- Education: Guy's Hospital
- Years active: 1987 - present
- Medical career
- Institutions: Geisel School of Medicine Dartmouth College Johns Hopkins University
- Sub-specialties: Radiology Obstetrics
- Research: Radiology education Women's health

= Petra Lewis =

Professor of Radiology and Obstetrics

Petra Lewis is a Professor of Radiology and Obstetrics at Dartmouth College. She is a leader in radiology education.

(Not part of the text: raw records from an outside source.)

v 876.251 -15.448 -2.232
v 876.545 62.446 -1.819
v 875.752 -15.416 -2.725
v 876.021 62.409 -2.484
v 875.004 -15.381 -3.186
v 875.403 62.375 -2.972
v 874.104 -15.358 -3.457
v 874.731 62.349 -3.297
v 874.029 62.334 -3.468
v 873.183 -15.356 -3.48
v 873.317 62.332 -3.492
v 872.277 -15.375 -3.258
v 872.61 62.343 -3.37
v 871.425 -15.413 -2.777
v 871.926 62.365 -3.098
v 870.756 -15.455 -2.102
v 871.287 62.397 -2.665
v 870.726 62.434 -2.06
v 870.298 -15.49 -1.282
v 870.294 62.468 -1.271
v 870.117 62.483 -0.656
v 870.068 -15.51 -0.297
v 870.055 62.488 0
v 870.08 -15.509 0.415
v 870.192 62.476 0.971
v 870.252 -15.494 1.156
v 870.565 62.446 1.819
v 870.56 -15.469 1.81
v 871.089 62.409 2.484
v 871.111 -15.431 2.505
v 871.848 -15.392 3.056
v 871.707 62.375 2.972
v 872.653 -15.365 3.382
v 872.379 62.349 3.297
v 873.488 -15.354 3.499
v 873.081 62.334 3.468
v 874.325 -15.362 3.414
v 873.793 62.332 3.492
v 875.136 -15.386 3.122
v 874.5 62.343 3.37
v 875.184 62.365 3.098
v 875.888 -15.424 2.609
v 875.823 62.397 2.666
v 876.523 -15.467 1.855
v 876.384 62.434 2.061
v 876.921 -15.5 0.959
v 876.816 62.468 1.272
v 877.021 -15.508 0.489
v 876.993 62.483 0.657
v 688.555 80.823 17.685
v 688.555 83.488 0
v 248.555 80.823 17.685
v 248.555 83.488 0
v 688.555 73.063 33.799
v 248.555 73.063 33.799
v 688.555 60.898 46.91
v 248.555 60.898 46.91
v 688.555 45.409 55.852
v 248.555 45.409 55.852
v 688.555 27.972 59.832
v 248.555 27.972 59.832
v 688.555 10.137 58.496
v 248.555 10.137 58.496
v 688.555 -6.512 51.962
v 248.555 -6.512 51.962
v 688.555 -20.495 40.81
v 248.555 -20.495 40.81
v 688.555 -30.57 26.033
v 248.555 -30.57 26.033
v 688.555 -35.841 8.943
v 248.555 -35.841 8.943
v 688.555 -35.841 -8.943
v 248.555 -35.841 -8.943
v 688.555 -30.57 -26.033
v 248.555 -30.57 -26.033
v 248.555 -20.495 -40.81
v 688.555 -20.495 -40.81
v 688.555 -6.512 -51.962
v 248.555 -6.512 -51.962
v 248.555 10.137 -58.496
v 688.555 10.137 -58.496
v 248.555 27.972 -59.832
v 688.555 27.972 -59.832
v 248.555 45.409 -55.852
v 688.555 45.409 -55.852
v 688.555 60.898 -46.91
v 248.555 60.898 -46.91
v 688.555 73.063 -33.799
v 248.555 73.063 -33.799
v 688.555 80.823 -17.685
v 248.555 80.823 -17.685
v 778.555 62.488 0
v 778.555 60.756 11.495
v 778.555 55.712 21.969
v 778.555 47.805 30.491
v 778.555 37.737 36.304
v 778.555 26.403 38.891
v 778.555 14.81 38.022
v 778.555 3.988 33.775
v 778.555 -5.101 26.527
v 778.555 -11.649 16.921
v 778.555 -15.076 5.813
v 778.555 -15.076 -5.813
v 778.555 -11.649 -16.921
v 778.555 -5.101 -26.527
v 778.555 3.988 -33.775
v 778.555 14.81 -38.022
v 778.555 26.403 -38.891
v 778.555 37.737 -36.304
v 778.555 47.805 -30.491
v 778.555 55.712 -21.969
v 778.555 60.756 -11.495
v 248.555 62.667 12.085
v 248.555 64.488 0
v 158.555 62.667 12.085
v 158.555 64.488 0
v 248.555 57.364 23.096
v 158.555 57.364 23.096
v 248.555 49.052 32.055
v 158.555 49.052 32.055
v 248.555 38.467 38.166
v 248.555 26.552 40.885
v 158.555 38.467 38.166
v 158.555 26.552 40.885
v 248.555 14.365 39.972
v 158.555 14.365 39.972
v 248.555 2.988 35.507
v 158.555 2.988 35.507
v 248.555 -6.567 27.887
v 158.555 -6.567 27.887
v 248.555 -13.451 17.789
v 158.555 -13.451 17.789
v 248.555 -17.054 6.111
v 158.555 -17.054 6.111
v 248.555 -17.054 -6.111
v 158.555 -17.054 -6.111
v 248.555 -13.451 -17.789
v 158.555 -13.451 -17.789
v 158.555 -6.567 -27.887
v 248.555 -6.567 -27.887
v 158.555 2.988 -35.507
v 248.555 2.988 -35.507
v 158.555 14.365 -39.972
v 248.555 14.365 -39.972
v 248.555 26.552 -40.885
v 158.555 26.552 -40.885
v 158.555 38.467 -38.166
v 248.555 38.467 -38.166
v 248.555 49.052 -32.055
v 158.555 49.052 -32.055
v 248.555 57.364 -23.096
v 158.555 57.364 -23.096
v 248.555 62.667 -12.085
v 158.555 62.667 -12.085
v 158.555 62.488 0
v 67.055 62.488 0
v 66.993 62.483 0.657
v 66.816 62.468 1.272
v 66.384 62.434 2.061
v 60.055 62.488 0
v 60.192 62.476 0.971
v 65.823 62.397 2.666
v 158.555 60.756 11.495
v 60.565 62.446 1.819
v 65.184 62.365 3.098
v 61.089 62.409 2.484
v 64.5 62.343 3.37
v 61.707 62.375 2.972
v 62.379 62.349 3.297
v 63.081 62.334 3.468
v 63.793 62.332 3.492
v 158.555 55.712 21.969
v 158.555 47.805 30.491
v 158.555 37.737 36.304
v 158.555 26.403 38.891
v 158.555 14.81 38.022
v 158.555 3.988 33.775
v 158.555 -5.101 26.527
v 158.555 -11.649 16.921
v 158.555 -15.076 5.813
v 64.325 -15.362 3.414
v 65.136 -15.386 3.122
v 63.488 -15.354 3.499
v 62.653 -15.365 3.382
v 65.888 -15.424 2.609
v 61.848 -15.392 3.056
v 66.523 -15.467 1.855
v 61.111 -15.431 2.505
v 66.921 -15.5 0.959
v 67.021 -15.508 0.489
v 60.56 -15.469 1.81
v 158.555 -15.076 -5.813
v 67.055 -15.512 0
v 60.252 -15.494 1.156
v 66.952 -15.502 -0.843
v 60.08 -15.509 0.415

== Early life and education ==
Lewis studied medicine at Guy's Hospital, where she graduated with a Bachelor of Medicine, Bachelor of Surgery in 1987. After graduating, she was awarded a fellowship in nuclear medicine at Johns Hopkins University.

== Career ==
After her fellowship, Lewis returned to London to work in one of the UK's first positron emission tomography centres. She studied the use of Fluorine-18-Fluorodeoxyglucose in Sarcoidosis. She joined Dartmouth–Hitchcock Medical Center as a radiology resident. In 1998 she was appointed to the faculty at the Geisel School of Medicine, where she has since served as director of electives for radiology. She has developed 11 online resources for education that are used across the United States, including the Case-based On-Line Radiology Education (CORE) and Radiology ExamWeb. Alongside developing resources and her popular YouTube channel, Lewis is involved in the development of the national curriculum for radiology. In 2006 she began to edit and write questions for the American Board of Radiology.

Lewis co-edited the Oxford American Handbook of Radiology in 2013. She has served as director of medical student education and vice-chair for education. In 2017 she developed a web-based platform to recognise scholarly and service activity of faculty. In 2017 she launched RadExam, a tool to allow evaluation and feedback of residents at the end of a radiology rotation.

Lewis' clinical interests include nuclear medicine and women's imaging. Her clinical practise is based as Dartmouth–Hitchcock Medical Center. She has explored the use of breast magnetic resonance imaging in the evaluation of patients who have been diagnosed with breast cancer.

=== Professional service ===
Lewis is a member of the Alliance of Medical Student Educators in Radiology (AMSER) and Alliance of Clinician Educators in Radiology (ACER). She has served as president in 2006 (AMSER) and 2012 (ACER). She received the AMSER Excellence in Education Award in 2013. She has served as vice chair of the American Board of Radiology's Nuclear Medicine Maintenance of Certification Committee. Lewis is president elect of the Association of University Radiologists, and was presented with their education award in 2017. She was awarded the Association of Program Directors in Radiology Achievement Award in 2017.